Le "IDE mode" me paraît anormal. Si ton contrôleur SATA simule de l'IDE alors tes deux disques durs doivent partager le même bus comme si ils étaient sur la même nappe, ce qui expliquerait les ralentissements lors de la copie de gros fichiers de l'un à l'autre. Apparemment ça se règle dans le BIOS en sélectionnant le mode AHCI.

----------

## CryoGen

Tu es en 64 bits ? J'ai bien peur que tu ne fasses parti du club : AMD64 system slow/unresponsive during disk access...

----------

## mr-ti

@Leander256: je vais regarder du côté AHCI mais je crois bien que je l'ai activé...

@CryoGen: en effet je suis en 64 bits...

----------

## mr-ti

@Leander256: j'étais bien en IDE et je suis passé en AHCI, malheureusement, rien n'a changé...   :Sad: 

je vais donc éplucher l'autre piste

----------

## CryoGen

Le noyal 2.6.30 était censé arranger les choses mais c'est pas encore çà malheuresement :'(

----------

## sachielle

Pour le bug du 64bits : il concerne tous les accès disques, et pas uniquement entre deux disques durs (étant touché par ce bug depuis des années, je commence a bien le connaitre    :Sad:   ).

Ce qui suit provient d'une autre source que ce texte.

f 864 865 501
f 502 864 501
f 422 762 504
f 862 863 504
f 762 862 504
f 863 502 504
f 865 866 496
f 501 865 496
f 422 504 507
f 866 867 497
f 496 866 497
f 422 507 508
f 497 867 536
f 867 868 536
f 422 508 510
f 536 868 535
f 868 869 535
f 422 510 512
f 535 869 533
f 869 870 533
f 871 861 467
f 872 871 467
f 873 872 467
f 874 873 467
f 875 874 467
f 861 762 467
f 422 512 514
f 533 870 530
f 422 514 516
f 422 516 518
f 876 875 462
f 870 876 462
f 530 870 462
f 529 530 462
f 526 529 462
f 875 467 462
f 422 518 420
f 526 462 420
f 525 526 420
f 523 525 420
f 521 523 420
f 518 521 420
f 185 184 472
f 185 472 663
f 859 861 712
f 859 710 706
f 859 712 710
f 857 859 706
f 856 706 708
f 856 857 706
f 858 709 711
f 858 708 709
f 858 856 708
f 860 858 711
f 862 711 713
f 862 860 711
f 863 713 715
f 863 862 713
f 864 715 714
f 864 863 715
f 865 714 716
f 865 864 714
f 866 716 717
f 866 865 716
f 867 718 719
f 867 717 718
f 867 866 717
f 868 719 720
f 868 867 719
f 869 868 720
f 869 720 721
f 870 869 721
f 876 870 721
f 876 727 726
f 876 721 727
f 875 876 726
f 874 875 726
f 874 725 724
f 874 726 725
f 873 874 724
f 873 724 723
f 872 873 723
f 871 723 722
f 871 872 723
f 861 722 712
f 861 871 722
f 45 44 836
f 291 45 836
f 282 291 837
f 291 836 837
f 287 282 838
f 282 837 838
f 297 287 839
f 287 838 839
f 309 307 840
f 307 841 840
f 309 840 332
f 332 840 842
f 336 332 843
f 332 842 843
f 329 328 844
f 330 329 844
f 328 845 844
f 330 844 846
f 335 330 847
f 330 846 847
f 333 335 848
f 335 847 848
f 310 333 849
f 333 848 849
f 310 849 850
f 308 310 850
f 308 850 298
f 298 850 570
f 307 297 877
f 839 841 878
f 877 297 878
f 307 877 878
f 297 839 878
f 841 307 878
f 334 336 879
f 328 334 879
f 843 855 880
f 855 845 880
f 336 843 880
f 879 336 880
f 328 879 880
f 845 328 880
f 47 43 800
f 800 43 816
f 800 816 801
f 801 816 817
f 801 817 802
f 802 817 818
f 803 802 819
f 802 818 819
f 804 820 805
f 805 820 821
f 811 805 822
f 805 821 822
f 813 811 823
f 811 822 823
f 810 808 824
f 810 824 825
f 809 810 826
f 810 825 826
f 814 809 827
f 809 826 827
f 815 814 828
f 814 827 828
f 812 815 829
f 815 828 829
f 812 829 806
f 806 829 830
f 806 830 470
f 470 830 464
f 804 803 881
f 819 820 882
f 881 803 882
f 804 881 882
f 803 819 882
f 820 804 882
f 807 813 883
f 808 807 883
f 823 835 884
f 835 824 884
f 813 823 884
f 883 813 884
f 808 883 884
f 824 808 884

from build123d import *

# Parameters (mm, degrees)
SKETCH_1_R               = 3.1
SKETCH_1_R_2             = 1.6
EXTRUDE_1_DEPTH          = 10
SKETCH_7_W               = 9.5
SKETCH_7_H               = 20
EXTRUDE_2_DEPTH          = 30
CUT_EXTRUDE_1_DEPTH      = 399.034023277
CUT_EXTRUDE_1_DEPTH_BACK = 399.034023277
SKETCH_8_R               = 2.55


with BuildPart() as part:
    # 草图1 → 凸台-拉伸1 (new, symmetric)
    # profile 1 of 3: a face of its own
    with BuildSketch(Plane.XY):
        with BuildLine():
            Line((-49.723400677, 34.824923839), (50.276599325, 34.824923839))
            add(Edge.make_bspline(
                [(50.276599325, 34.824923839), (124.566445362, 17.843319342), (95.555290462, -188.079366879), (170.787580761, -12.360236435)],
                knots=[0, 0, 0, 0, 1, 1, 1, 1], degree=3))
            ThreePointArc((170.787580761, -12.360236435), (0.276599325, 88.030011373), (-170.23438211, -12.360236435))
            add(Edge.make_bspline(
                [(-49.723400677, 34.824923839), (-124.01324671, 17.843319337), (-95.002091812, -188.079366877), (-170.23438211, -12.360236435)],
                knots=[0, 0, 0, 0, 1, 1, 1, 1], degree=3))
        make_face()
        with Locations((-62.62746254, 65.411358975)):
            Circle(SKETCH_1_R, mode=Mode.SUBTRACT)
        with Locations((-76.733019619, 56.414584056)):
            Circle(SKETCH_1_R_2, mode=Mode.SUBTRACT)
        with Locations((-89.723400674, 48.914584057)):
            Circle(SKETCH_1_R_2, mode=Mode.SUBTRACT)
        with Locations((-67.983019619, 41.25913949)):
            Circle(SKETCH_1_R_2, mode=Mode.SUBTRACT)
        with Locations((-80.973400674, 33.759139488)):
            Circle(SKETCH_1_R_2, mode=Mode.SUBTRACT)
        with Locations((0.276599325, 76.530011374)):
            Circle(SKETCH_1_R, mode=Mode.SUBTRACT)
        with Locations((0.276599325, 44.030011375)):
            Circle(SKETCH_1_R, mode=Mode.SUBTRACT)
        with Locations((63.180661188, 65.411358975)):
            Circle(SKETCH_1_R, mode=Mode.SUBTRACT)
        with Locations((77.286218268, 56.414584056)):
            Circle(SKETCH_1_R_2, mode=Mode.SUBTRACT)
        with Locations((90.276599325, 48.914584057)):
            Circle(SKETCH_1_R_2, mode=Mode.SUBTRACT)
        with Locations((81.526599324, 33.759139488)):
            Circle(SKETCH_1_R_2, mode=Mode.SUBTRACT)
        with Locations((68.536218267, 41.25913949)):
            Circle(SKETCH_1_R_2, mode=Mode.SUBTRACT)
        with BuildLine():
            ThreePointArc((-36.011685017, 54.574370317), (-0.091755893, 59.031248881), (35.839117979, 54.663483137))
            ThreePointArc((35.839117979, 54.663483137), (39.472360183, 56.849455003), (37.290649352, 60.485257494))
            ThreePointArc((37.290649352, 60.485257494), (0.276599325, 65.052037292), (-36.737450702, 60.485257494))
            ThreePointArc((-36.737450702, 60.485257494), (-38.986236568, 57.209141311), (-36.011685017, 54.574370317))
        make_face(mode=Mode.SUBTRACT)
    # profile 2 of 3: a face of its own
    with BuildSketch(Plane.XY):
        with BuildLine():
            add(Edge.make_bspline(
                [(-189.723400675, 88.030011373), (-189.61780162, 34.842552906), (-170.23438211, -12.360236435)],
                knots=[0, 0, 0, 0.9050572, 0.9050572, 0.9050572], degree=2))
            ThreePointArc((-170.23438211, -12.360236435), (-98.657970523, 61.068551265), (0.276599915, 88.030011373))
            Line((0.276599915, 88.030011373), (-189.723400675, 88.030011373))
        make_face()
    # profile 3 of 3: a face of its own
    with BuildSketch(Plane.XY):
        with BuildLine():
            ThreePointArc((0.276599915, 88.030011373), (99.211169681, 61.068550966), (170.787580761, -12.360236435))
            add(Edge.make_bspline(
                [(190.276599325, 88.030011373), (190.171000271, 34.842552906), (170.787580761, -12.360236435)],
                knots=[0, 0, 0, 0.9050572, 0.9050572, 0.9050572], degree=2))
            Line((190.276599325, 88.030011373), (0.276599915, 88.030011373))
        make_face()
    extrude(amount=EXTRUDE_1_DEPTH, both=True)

Donc si tu n'as pas ce problème lors des copies "classiques", c'est surement autre chose...

----------

## mr-ti

la copie disque à disque était un exemple mais en effet le problème survient quelque soit le type de copie...

----------

## mr-ti

Bon, voilà je viens de passer au noyau 2.6.31 mais apparemment le bogue est toujours là...

----------